The notion that all of Silicon Valley's secret deals somehow ended in 2013 is delusional. In a recent interview Julian Assange calls out the usual suspects:
"Other companies affected by the CIA's hacking tools, such as Google, Microsoft and Apple, in contrast, simply forwarded WikiLeaks' offer to provide further information to their legal departments. Assange claims that this was done because these companies work with US intelligence agencies. It is also the reason that so many employees at such companies have US government security clearance, especially those who work in cybersecurity departments."
The bitter pill is this: you cannot have your cake and eat it too regardless of how much money the C-suites in the Bay Area throw at public relations and overt gestures of defiance. -BB(2017-03-23)
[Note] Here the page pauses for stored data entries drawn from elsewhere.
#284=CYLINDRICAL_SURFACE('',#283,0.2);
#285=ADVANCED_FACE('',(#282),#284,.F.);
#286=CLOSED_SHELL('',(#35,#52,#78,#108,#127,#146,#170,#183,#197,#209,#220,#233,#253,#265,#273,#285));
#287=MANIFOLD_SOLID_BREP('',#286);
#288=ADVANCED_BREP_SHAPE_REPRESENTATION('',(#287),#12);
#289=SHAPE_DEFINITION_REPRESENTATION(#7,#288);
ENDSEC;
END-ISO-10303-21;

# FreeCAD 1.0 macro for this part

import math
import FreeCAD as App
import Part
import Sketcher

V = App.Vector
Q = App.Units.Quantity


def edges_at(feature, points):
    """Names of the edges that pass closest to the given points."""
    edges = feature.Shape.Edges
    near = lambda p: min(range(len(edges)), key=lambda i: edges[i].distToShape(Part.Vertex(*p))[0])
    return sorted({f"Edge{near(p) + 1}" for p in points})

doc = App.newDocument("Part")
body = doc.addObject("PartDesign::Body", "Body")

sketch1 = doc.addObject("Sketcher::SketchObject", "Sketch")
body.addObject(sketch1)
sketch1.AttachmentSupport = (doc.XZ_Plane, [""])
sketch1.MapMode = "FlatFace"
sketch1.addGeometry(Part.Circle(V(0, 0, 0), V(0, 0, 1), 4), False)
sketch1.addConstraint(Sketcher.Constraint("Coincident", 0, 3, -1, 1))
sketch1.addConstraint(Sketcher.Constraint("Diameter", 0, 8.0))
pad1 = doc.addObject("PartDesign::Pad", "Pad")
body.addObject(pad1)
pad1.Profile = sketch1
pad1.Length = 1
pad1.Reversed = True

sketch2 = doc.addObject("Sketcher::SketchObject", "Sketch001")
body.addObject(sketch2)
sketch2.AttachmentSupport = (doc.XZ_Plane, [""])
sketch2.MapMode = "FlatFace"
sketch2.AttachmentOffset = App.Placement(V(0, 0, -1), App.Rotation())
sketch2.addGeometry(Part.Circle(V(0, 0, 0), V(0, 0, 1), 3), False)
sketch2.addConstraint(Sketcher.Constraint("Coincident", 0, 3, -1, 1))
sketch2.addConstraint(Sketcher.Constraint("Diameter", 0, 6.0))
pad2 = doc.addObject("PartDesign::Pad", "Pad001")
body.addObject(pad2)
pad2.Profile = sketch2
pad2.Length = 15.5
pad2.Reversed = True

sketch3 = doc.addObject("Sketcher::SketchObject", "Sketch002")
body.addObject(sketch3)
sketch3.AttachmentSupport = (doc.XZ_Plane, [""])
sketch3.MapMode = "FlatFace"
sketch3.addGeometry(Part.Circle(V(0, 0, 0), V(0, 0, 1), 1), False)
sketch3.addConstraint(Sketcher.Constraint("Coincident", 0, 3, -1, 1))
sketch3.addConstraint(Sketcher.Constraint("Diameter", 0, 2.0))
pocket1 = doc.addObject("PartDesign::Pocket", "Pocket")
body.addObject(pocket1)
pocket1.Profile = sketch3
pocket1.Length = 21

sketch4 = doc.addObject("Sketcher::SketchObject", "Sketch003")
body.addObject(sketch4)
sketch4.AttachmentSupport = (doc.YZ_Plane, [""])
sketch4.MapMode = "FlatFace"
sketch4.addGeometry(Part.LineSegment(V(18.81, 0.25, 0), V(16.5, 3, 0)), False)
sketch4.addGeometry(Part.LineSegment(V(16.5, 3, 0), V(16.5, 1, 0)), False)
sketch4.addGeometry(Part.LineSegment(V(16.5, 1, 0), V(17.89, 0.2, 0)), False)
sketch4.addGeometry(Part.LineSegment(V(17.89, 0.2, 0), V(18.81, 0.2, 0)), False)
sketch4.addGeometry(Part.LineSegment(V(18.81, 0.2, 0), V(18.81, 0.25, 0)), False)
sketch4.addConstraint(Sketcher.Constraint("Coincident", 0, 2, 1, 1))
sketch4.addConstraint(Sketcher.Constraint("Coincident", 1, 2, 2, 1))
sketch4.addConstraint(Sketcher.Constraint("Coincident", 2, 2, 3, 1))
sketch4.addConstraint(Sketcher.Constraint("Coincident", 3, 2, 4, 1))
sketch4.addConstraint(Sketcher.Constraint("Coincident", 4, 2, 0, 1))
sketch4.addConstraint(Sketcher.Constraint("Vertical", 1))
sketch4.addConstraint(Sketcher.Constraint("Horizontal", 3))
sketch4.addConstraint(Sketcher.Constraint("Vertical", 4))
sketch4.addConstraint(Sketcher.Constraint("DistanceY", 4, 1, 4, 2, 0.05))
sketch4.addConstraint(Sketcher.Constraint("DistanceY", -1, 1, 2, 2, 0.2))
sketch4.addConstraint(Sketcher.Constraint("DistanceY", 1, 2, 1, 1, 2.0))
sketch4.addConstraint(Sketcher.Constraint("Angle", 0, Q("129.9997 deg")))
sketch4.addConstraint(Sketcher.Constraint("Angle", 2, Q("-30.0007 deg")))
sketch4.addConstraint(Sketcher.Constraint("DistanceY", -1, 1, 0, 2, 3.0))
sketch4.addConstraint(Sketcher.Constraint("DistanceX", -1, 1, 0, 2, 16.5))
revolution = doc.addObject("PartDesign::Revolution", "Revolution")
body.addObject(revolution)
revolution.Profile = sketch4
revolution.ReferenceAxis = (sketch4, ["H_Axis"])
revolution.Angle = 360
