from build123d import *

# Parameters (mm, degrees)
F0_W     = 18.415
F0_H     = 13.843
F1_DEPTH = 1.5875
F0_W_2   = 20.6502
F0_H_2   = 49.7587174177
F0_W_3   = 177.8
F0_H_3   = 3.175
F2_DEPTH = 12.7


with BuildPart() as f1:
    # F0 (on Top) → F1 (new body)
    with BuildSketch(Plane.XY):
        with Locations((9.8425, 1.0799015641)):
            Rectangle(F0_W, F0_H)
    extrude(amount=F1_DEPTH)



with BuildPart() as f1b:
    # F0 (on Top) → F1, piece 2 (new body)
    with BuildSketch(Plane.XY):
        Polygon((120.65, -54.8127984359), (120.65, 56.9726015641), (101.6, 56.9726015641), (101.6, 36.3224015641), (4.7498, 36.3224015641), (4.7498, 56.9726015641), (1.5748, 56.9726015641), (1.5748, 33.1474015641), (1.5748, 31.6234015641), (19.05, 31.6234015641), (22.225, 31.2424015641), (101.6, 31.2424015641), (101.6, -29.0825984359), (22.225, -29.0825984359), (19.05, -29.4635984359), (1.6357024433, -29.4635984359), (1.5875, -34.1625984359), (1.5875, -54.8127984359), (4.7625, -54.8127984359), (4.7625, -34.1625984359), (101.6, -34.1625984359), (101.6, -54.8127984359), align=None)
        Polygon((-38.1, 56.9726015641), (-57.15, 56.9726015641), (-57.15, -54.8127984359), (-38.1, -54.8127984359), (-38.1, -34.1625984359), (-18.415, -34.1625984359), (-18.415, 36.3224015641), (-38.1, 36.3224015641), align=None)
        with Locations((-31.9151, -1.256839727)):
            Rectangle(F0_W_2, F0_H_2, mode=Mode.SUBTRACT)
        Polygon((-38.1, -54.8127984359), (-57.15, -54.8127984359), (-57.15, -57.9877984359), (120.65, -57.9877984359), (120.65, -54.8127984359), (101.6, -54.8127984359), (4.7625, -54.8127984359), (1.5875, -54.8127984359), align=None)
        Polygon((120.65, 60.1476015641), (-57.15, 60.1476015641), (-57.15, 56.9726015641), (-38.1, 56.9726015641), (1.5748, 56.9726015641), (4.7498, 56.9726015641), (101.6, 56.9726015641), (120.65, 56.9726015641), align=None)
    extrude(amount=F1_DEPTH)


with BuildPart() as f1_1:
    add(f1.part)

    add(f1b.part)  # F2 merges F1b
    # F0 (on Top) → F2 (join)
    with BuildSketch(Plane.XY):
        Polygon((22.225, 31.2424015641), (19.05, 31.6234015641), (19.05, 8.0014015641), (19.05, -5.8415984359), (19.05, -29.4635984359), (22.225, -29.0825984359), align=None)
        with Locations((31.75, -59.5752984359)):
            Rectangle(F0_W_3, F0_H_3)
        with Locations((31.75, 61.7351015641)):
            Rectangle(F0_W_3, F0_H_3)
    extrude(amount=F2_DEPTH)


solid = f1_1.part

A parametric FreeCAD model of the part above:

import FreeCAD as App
import Part
import Sketcher

V = App.Vector
Q = App.Units.Quantity


def add_polygon(sketch, points):
    """Adds a closed chain of lines whose ends are joined by coincident constraints."""
    first, n = sketch.GeometryCount, len(points)
    for a, b in zip(points, points[1:] + points[:1]):
        sketch.addGeometry(Part.LineSegment(App.Vector(*a, 0), App.Vector(*b, 0)), False)
    for i in range(n):
        sketch.addConstraint(Sketcher.Constraint("Coincident", first + i, 2, first + (i + 1) % n, 1))

doc = App.newDocument("Part")
body = doc.addObject("PartDesign::Body", "Body")

# Sketch on XY plane
sketch1 = doc.addObject("Sketcher::SketchObject", "Sketch")
body.addObject(sketch1)
sketch1.AttachmentSupport = (doc.XY_Plane, [""])
sketch1.MapMode = "FlatFace"
add_polygon(sketch1, [(1, 8), (1, -6), (19, -6), (19, 8)])  # lines 0-3
sketch1.addConstraint(Sketcher.Constraint("Vertical", 0))
sketch1.addConstraint(Sketcher.Constraint("Horizontal", 1))
sketch1.addConstraint(Sketcher.Constraint("Vertical", 2))
sketch1.addConstraint(Sketcher.Constraint("Horizontal", 3))
sketch1.addConstraint(Sketcher.Constraint("DistanceX", 1, 1, 1, 2, Q("0.725 in")))
sketch1.addConstraint(Sketcher.Constraint("DistanceY", 0, 2, 0, 1, Q("0.545 in")))
sketch1.addConstraint(Sketcher.Constraint("DistanceX", -1, 1, 1, 2, Q("0.75 in")))
sketch1.addConstraint(Sketcher.Constraint("DistanceY", 0, 2, -1, 1, 5.841598))
pad1 = doc.addObject("PartDesign::Pad", "Pad")
body.addObject(pad1)
pad1.Profile = sketch1
pad1.Length = Q("0.0625 in")
body2 = doc.addObject("PartDesign::Body", "Body001")

# Sketch on XY plane
sketch2 = doc.addObject("Sketcher::SketchObject", "Sketch001")
body2.addObject(sketch2)
sketch2.AttachmentSupport = (doc.getObject("XY_Plane001"), [""])
sketch2.MapMode = "FlatFace"
add_polygon(sketch2, [(-57.1, -58), (120.7, -58), (120.7, 60.1), (-57.1, 60.1)])  # lines 0-3
add_polygon(sketch2, [(101.6, 57), (101.6, 36.3), (4.7, 36.3), (4.7, 57)])  # lines 4-7
add_polygon(sketch2, [(1.6, 57), (1.6, 31.6), (19.1, 31.6), (22.2, 31.2), (101.6, 31.2), (101.6, -29.1), (22.2, -29.1), (19.1, -29.5), (1.6, -29.5), (1.6, -34.2), (1.6, -54.8), (-38.1, -54.8), (-38.1, -34.2), (-18.4, -34.2), (-18.4, 36.3), (-38.1, 36.3), (-38.1, 57)])  # lines 8-24
add_polygon(sketch2, [(4.8, -54.8), (4.8, -34.2), (101.6, -34.2), (101.6, -54.8)])  # lines 25-28
add_polygon(sketch2, [(-42.2, -26.1), (-42.2, 23.6), (-21.6, 23.6), (-21.6, -26.1)])  # lines 29-32
sketch2.addConstraint(Sketcher.Constraint("Horizontal", 0))
sketch2.addConstraint(Sketcher.Constraint("Vertical", 1))
sketch2.addConstraint(Sketcher.Constraint("Horizontal", 2))
sketch2.addConstraint(Sketcher.Constraint("Vertical", 3))
sketch2.addConstraint(Sketcher.Constraint("Vertical", 4))
sketch2.addConstraint(Sketcher.Constraint("Horizontal", 5))
sketch2.addConstraint(Sketcher.Constraint("Vertical", 6))
sketch2.addConstraint(Sketcher.Constraint("Horizontal", 7))
sketch2.addConstraint(Sketcher.Constraint("Vertical", 8))
sketch2.addConstraint(Sketcher.Constraint("Horizontal", 9))
sketch2.addConstraint(Sketcher.Constraint("Horizontal", 11))
sketch2.addConstraint(Sketcher.Constraint("Vertical", 12))
sketch2.addConstraint(Sketcher.Constraint("Horizontal", 13))
sketch2.addConstraint(Sketcher.Constraint("Horizontal", 15))
sketch2.addConstraint(Sketcher.Constraint("Vertical", 17))
sketch2.addConstraint(Sketcher.Constraint("Horizontal", 18))
sketch2.addConstraint(Sketcher.Constraint("Vertical", 19))
sketch2.addConstraint(Sketcher.Constraint("Horizontal", 20))
sketch2.addConstraint(Sketcher.Constraint("Vertical", 21))
sketch2.addConstraint(Sketcher.Constraint("Horizontal", 22))
sketch2.addConstraint(Sketcher.Constraint("Vertical", 23))
sketch2.addConstraint(Sketcher.Constraint("Horizontal", 24))
sketch2.addConstraint(Sketcher.Constraint("Vertical", 25))
sketch2.addConstraint(Sketcher.Constraint("Horizontal", 26))
sketch2.addConstraint(Sketcher.Constraint("Vertical", 27))
sketch2.addConstraint(Sketcher.Constraint("Horizontal", 28))
sketch2.addConstraint(Sketcher.Constraint("Vertical", 29))
sketch2.addConstraint(Sketcher.Constraint("Horizontal", 30))
sketch2.addConstraint(Sketcher.Constraint("Vertical", 31))
sketch2.addConstraint(Sketcher.Constraint("Horizontal", 32))
sketch2.addConstraint(Sketcher.Constraint("Horizontal", 16, 2, 19, 2))
sketch2.addConstraint(Sketcher.Constraint("Horizontal", 5, 2, 21, 2))
sketch2.addConstraint(Sketcher.Constraint("Horizontal", 7, 2, 23, 2))
sketch2.addConstraint(Sketcher.Constraint("Horizontal", 20, 2, 25, 2))
sketch2.addConstraint(Sketcher.Constraint("Horizontal", 18, 2, 27, 2))
sketch2.addConstraint(Sketcher.Constraint("Vertical", 7, 2, 11, 2))
sketch2.addConstraint(Sketcher.Constraint("Vertical", 10, 2, 13, 2))
sketch2.addConstraint(Sketcher.Constraint("Vertical", 9, 2, 14, 2))
sketch2.addConstraint(Sketcher.Constraint("Vertical", 19, 2, 22, 2))
sketch2.addConstraint(Sketcher.Constraint("Vertical", 12, 2, 26, 2))
sketch2.addConstraint(Sketcher.Constraint("Equal", 32, 4))
sketch2.addConstraint(Sketcher.Constraint("Equal", 6, 17))
sketch2.addConstraint(Sketcher.Constraint("Equal", 10, 14))
sketch2.addConstraint(Sketcher.Constraint("DistanceX", 0, 1, 0, 2, Q("7 in")))
sketch2.addConstraint(Sketcher.Constraint("DistanceX", -1, 1, 4, 2, Q("4 in")))
sketch2.addConstraint(Sketcher.Constraint("DistanceX", 2, 2, 9, 2, Q("3 in")))
sketch2.addConstraint(Sketcher.Constraint("DistanceX", 18, 2, -1, 1, Q("1.5 in")))
sketch2.addConstraint(Sketcher.Constraint("DistanceY", 10, 2, 5, 2, Q("0.2 in")))
sketch2.addConstraint(Sketcher.Constraint("DistanceY", 16, 2, 13, 2, Q("0.2 in")))
sketch2.addConstraint(Sketcher.Constraint("DistanceX", 21, 2, 10, 2, Q("1.6 in")))
sketch2.addConstraint(Sketcher.Constraint("DistanceX", 5, 2, 5, 1, Q("3.813 in")))
sketch2.addConstraint(Sketcher.Constraint("DistanceX", 9, 1, 9, 2, Q("0.688 in")))
sketch2.addConstraint(Sketcher.Constraint("DistanceX", 11, 1, 11, 2, Q("3.125 in")))
sketch2.addConstraint(Sketcher.Constraint("DistanceX", 18, 2, 18, 1, Q("1.5625 in")))
sketch2.addConstraint(Sketcher.Constraint("DistanceX", 24, 1, 24, 2, Q("1.562 in")))
sketch2.addConstraint(Sketcher.Constraint("DistanceX", 26, 1, 26, 2, Q("3.8125 in")))
sketch2.addConstraint(Sketcher.Constraint("DistanceX", 30, 1, 30, 2, Q("0.813 in")))
sketch2.addConstraint(Sketcher.Constraint("DistanceY", 1, 1, 1, 2, Q("4.651 in")))
sketch2.addConstraint(Sketcher.Constraint("DistanceY", 8, 2, 8, 1, Q("0.998 in")))
sketch2.addConstraint(Sketcher.Constraint("DistanceY", 12, 2, 12, 1, Q("2.375 in")))
sketch2.addConstraint(Sketcher.Constraint("DistanceX", 30, 2, -1, 1, Q("0.85 in")))
sketch2.addConstraint(Sketcher.Constraint("DistanceY", 4, 2, 1, 2, Q("0.938 in")))
sketch2.addConstraint(Sketcher.Constraint("DistanceY", 20, 2, 31, 2, Q("0.316 in")))
sketch2.addConstraint(Sketcher.Constraint("DistanceY", 0, 2, -1, 1, 57.987798))
sketch2.addConstraint(Sketcher.Constraint("DistanceX", 15, 2, 15, 1, 17.414298))
sketch2.addConstraint(Sketcher.Constraint("DistanceY", 29, 1, 29, 2, 49.758717))
pad2 = doc.addObject("PartDesign::Pad", "Pad001")
body2.addObject(pad2)
pad2.Profile = sketch2
pad2.Length = Q("0.0625 in")
body.AllowCompound = True
doc.recompute()

boolean = doc.addObject("PartDesign::Boolean", "Boolean")
body.addObject(boolean)
boolean.Type = "Fuse"
boolean.addObjects([body2])

# Sketch on XY plane
sketch3 = doc.addObject("Sketcher::SketchObject", "Sketch002")
body.addObject(sketch3)
sketch3.AttachmentSupport = (doc.XY_Plane, [""])
sketch3.MapMode = "FlatFace"
add_polygon(sketch3, [(22.2, 31.2), (19.1, 31.6), (19.1, -29.5), (22.2, -29.1)])  # lines 0-3
add_polygon(sketch3, [(-57.1, -58), (-57.1, -61.2), (120.7, -61.2), (120.7, -58)])  # lines 4-7
add_polygon(sketch3, [(-57.1, 63.3), (-57.1, 60.1), (120.7, 60.1), (120.7, 63.3)])  # lines 8-11
sketch3.addConstraint(Sketcher.Constraint("Vertical", 1))
sketch3.addConstraint(Sketcher.Constraint("Vertical", 3))
sketch3.addConstraint(Sketcher.Constraint("Vertical", 4))
sketch3.addConstraint(Sketcher.Constraint("Horizontal", 5))
sketch3.addConstraint(Sketcher.Constraint("Vertical", 6))
sketch3.addConstraint(Sketcher.Constraint("Horizontal", 7))
sketch3.addConstraint(Sketcher.Constraint("Vertical", 8))
sketch3.addConstraint(Sketcher.Constraint("Horizontal", 9))
sketch3.addConstraint(Sketcher.Constraint("Vertical", 10))
sketch3.addConstraint(Sketcher.Constraint("Horizontal", 11))
sketch3.addConstraint(Sketcher.Constraint("Vertical", 7, 2, 8, 2))
sketch3.addConstraint(Sketcher.Constraint("Vertical", 6, 2, 9, 2))
sketch3.addConstraint(Sketcher.Constraint("Equal", 6, 8))
sketch3.addConstraint(Sketcher.Constraint("Equal", 0, 2))
sketch3.addConstraint(Sketcher.Constraint("DistanceX", 5, 1, 5, 2, Q("7 in")))
sketch3.addConstraint(Sketcher.Constraint("DistanceX", 4, 2, 1, 2, Q("3 in")))
sketch3.addConstraint(Sketcher.Constraint("DistanceY", 1, 2, 1, 1, Q("2.405 in")))
sketch3.addConstraint(Sketcher.Constraint("DistanceY", 3, 1, 3, 2, Q("2.375 in")))
sketch3.addConstraint(Sketcher.Constraint("DistanceY", 4, 2, 4, 1, Q("0.125 in")))
sketch3.addConstraint(Sketcher.Constraint("DistanceX", -1, 1, 0, 2, Q("0.75 in")))
sketch3.addConstraint(Sketcher.Constraint("DistanceX", -1, 1, 2, 2, Q("0.875 in")))
sketch3.addConstraint(Sketcher.Constraint("DistanceY", 4, 2, 1, 2, Q("1.248 in")))
sketch3.addConstraint(Sketcher.Constraint("DistanceY", 0, 2, 8, 2, Q("1.123 in")))
sketch3.addConstraint(Sketcher.Constraint("DistanceY", -1, 1, 0, 2, 31.623402))
pad3 = doc.addObject("PartDesign::Pad", "Pad002")
body.addObject(pad3)
pad3.Profile = sketch3
pad3.Length = Q("0.5 in")

doc.recompute()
"By the end of 2016, the CIA's hacking division, which formally falls under the agency's Center for Cyber Intelligence (CCI), had over 5000 registered users and had produced more than a thousand hacking systems, trojans, viruses, and other "weaponized" malware. Such is the scale of the CIA's undertaking that by 2016, its hackers had utilized more code than that used to run Facebook. The CIA had created, in effect, its "own NSA" with even less accountability and without publicly answering the question as to whether such a massive budgetary spend on duplicating the capacities of a rival agency could be justified."
Cryptome has a history of being correct about spies and their ops. And so I'll repeat a prescient observation from John Young:
"The last thing CIA and its supporters want is a revelation of its manipulation of civilian leaders institutionalized by the 1947 National Security Act (also opposed by the military)."
Note the mention of anti-forensic techniques. Does this raise a few questions about allegations of Russian hacking? There's a reason why President Truman regretted the cloak and dagger authorization he granted the CIA. -BB(2017-03-07)
Update: The CIA has responded with an official statement. Which is essentially a pack of lies. The CIA's job is to implement policy which is mandated primarily by economic elites and organized groups representing business interests. It exists to assist in opening up markets and providing access to resources on behalf of oligarchic factions. Executive Order 12333 enables CIA operations within our borders. As Dennis Kucinich correctly notes "we are sliding down the slippery slope toward totalitarianism."
Several weeks ago, an exec at Microsoft called for a "Digital Geneva Convention." This may be interpreted as a public relations gesture by a documented NSA partner. Arms control in the cyber realm is nothing more than pleasant fiction.